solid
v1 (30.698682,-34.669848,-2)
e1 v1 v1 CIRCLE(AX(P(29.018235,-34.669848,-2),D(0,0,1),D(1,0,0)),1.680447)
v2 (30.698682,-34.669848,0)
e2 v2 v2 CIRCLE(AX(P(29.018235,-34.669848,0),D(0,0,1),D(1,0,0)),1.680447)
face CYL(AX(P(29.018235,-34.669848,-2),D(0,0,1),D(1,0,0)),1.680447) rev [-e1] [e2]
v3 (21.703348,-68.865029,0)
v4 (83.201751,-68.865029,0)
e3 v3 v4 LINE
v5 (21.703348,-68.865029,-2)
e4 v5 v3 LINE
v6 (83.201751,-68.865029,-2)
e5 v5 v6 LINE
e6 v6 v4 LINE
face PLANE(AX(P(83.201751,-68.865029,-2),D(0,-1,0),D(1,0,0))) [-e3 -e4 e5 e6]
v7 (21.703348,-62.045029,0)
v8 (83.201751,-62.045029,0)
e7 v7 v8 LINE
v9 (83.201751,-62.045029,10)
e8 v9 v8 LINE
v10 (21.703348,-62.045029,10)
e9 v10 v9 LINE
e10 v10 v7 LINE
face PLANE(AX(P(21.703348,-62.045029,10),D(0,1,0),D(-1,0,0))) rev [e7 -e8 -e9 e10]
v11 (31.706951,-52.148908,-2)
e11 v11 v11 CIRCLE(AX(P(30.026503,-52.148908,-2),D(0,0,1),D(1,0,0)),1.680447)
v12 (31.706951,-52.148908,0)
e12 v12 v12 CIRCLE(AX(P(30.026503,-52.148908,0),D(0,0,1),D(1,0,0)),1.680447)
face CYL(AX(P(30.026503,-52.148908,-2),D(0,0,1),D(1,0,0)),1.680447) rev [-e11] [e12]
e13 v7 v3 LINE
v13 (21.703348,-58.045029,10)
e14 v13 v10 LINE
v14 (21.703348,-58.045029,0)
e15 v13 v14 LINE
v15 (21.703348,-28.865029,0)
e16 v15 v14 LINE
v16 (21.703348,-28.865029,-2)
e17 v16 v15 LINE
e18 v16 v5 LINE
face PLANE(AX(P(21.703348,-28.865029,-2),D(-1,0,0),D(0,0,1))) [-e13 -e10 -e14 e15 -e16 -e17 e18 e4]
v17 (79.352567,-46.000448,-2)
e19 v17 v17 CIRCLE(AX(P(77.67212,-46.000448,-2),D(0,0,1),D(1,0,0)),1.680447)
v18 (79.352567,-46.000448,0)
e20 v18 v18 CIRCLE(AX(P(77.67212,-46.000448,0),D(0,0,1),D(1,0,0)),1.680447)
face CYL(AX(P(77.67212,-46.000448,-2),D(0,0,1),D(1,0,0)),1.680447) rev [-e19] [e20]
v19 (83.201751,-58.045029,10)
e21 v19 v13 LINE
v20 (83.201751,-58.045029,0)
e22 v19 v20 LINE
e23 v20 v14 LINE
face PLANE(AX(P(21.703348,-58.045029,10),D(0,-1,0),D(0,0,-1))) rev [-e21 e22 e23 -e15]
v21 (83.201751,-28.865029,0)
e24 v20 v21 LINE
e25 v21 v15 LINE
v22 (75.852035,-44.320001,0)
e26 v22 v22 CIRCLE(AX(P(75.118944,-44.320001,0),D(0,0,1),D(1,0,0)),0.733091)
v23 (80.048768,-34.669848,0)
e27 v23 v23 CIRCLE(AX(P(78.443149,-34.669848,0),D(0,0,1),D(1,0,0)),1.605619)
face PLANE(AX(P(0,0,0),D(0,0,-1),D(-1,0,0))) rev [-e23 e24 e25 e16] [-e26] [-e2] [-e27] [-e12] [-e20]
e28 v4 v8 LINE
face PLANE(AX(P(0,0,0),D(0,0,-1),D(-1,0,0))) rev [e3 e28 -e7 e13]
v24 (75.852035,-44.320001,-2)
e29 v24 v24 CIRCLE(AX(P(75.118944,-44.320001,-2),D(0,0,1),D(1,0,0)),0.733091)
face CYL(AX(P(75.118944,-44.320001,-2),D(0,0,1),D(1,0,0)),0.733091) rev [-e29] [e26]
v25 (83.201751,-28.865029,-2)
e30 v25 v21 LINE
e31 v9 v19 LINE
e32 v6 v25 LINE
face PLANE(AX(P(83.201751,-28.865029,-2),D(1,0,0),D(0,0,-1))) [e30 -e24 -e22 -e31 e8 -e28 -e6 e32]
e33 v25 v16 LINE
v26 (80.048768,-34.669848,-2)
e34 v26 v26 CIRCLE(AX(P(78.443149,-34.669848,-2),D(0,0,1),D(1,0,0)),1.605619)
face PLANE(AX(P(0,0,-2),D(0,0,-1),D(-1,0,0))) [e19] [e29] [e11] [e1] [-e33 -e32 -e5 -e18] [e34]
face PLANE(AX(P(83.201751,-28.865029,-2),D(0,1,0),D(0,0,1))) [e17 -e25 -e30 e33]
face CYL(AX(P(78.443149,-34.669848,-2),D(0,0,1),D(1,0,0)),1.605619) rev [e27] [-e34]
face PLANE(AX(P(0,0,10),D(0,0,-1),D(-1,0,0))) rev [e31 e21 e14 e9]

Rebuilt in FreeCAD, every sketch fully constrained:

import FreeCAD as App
import Part
import Sketcher

V = App.Vector

doc = App.newDocument("Part")
params = doc.addObject("Spreadsheet::Sheet", "Params")
for row, (alias, value) in enumerate([
    ("sketch1_height", "40 mm"),
    ("pad1_length", "2 mm"),
    ("sketch2_height", "4 mm"),
    ("pad2_length", "10 mm"),
], start=1):
    params.set(f"A{row}", alias)
    params.set(f"B{row}", "=" + value)
    params.setAlias(f"B{row}", alias)

body = doc.addObject("PartDesign::Body", "Body")

# Sketch on XY plane
sketch1 = body.newObject("Sketcher::SketchObject", "Sketch")
sketch1.AttachmentSupport = (doc.getObject("XY_Plane"), [""])
sketch1.MapMode = "FlatFace"
sketch1.addGeometry([
    Part.LineSegment(V(21.7, -28.9, 0), V(21.7, -68.9, 0)),  # 0
    Part.LineSegment(V(21.7, -68.9, 0), V(83.2, -68.9, 0)),  # 1
    Part.LineSegment(V(83.2, -68.9, 0), V(83.2, -28.9, 0)),  # 2
    Part.LineSegment(V(83.2, -28.9, 0), V(21.7, -28.9, 0)),  # 3
    Part.Circle(V(30, -52.1, 0), V(0, 0, 1), 1.7),  # 4
    Part.Circle(V(77.7, -46, 0), V(0, 0, 1), 1.7),  # 5
    Part.Circle(V(75.1, -44.3, 0), V(0, 0, 1), 0.7),  # 6
    Part.Circle(V(29, -34.7, 0), V(0, 0, 1), 1.7),  # 7
    Part.Circle(V(78.4, -34.7, 0), V(0, 0, 1), 1.6),  # 8
], False)
sketch1.addConstraint([
    Sketcher.Constraint("Coincident", 0, 2, 1, 1),
    Sketcher.Constraint("Coincident", 1, 2, 2, 1),
    Sketcher.Constraint("Coincident", 2, 2, 3, 1),
    Sketcher.Constraint("Coincident", 3, 2, 0, 1),
    Sketcher.Constraint("Vertical", 0),
    Sketcher.Constraint("Horizontal", 1),
    Sketcher.Constraint("Vertical", 2),
    Sketcher.Constraint("Horizontal", 3),
    Sketcher.Constraint("Equal", 4, 5),
    Sketcher.Constraint("Equal", 5, 7),
    Sketcher.Constraint("Horizontal", 7, 3, 8, 3),
    Sketcher.Constraint("DistanceY", 0, 2, 0, 1, 40.0),
    Sketcher.Constraint("DistanceY", 6, 3, -1, 1, 44.320001),
    Sketcher.Constraint("Diameter", 4, 3.360894),
    Sketcher.Constraint("Diameter", 6, 1.466182),
    Sketcher.Constraint("Diameter", 8, 3.211238),
    Sketcher.Constraint("DistanceY", 5, 3, 7, 3, 11.3306),
    Sketcher.Constraint("DistanceX", 0, 2, 8, 3, 56.739801),
    Sketcher.Constraint("DistanceX", 8, 3, 1, 2, 4.758602),
    Sketcher.Constraint("DistanceX", -1, 1, 5, 3, 77.67212),
    Sketcher.Constraint("DistanceY", 5, 3, -1, 1, 46.000448),
    Sketcher.Constraint("DistanceX", -1, 1, 8, 3, 78.443149),
    Sketcher.Constraint("DistanceY", 0, 2, -1, 1, 68.865029),
    Sketcher.Constraint("DistanceY", 4, 3, 5, 3, 6.148459),
    Sketcher.Constraint("DistanceX", 4, 3, 6, 3, 45.092441),
    Sketcher.Constraint("DistanceX", 7, 3, 4, 3, 1.008268),
    Sketcher.Constraint("DistanceX", -1, 1, 4, 3, 30.026503),
])
sketch1.setExpression("Constraints[11]", "Params.sketch1_height")
pad1 = body.newObject("PartDesign::Pad", "Pad")
pad1.Profile = sketch1
pad1.setExpression("Length", "Params.pad1_length")
pad1.Reversed = True

# Sketch on XY plane
sketch2 = body.newObject("Sketcher::SketchObject", "Sketch001")
sketch2.AttachmentSupport = (doc.getObject("XY_Plane"), [""])
sketch2.MapMode = "FlatFace"
sketch2.addGeometry([
    Part.LineSegment(V(21.7, -58, 0), V(21.7, -62, 0)),
    Part.LineSegment(V(21.7, -62, 0), V(83.2, -62, 0)),
    Part.LineSegment(V(83.2, -62, 0), V(83.2, -58, 0)),
    Part.LineSegment(V(83.2, -58, 0), V(21.7, -58, 0)),
], False)
sketch2.addConstraint([
    Sketcher.Constraint("Coincident", 0, 2, 1, 1),
    Sketcher.Constraint("Coincident", 1, 2, 2, 1),
    Sketcher.Constraint("Coincident", 2, 2, 3, 1),
    Sketcher.Constraint("Coincident", 3, 2, 0, 1),
    Sketcher.Constraint("Vertical", 0),
    Sketcher.Constraint("Horizontal", 1),
    Sketcher.Constraint("Vertical", 2),
    Sketcher.Constraint("Horizontal", 3),
    Sketcher.Constraint("DistanceY", 0, 2, 0, 1, 4.0),
    Sketcher.Constraint("DistanceX", 1, 1, 1, 2, 61.498403),
    Sketcher.Constraint("DistanceY", 0, 2, -1, 1, 62.045029),
    Sketcher.Constraint("DistanceX", -1, 1, 1, 2, 83.201751),
])
sketch2.setExpression("Constraints[8]", "Params.sketch2_height")
pad2 = body.newObject("PartDesign::Pad", "Pad001")
pad2.Profile = sketch2
pad2.setExpression("Length", "Params.pad2_length")

doc.recompute()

---

» Work request:
Would you print exactly and only the lines of the material above that run from the line with "e31 v9 v19 LINE" through the line with "e34 v26 v26", both included?

» Exercise response:
e31 v9 v19 LINE
e32 v6 v25 LINE
face PLANE(AX(P(83.201751,-28.865029,-2),D(1,0,0),D(0,0,-1))) [e30 -e24 -e22 -e31 e8 -e28 -e6 e32]
e33 v25 v16 LINE
v26 (80.048768,-34.669848,-2)
e34 v26 v26 CIRCLE(AX(P(78.443149,-34.669848,-2),D(0,0,1),D(1,0,0)),1.605619)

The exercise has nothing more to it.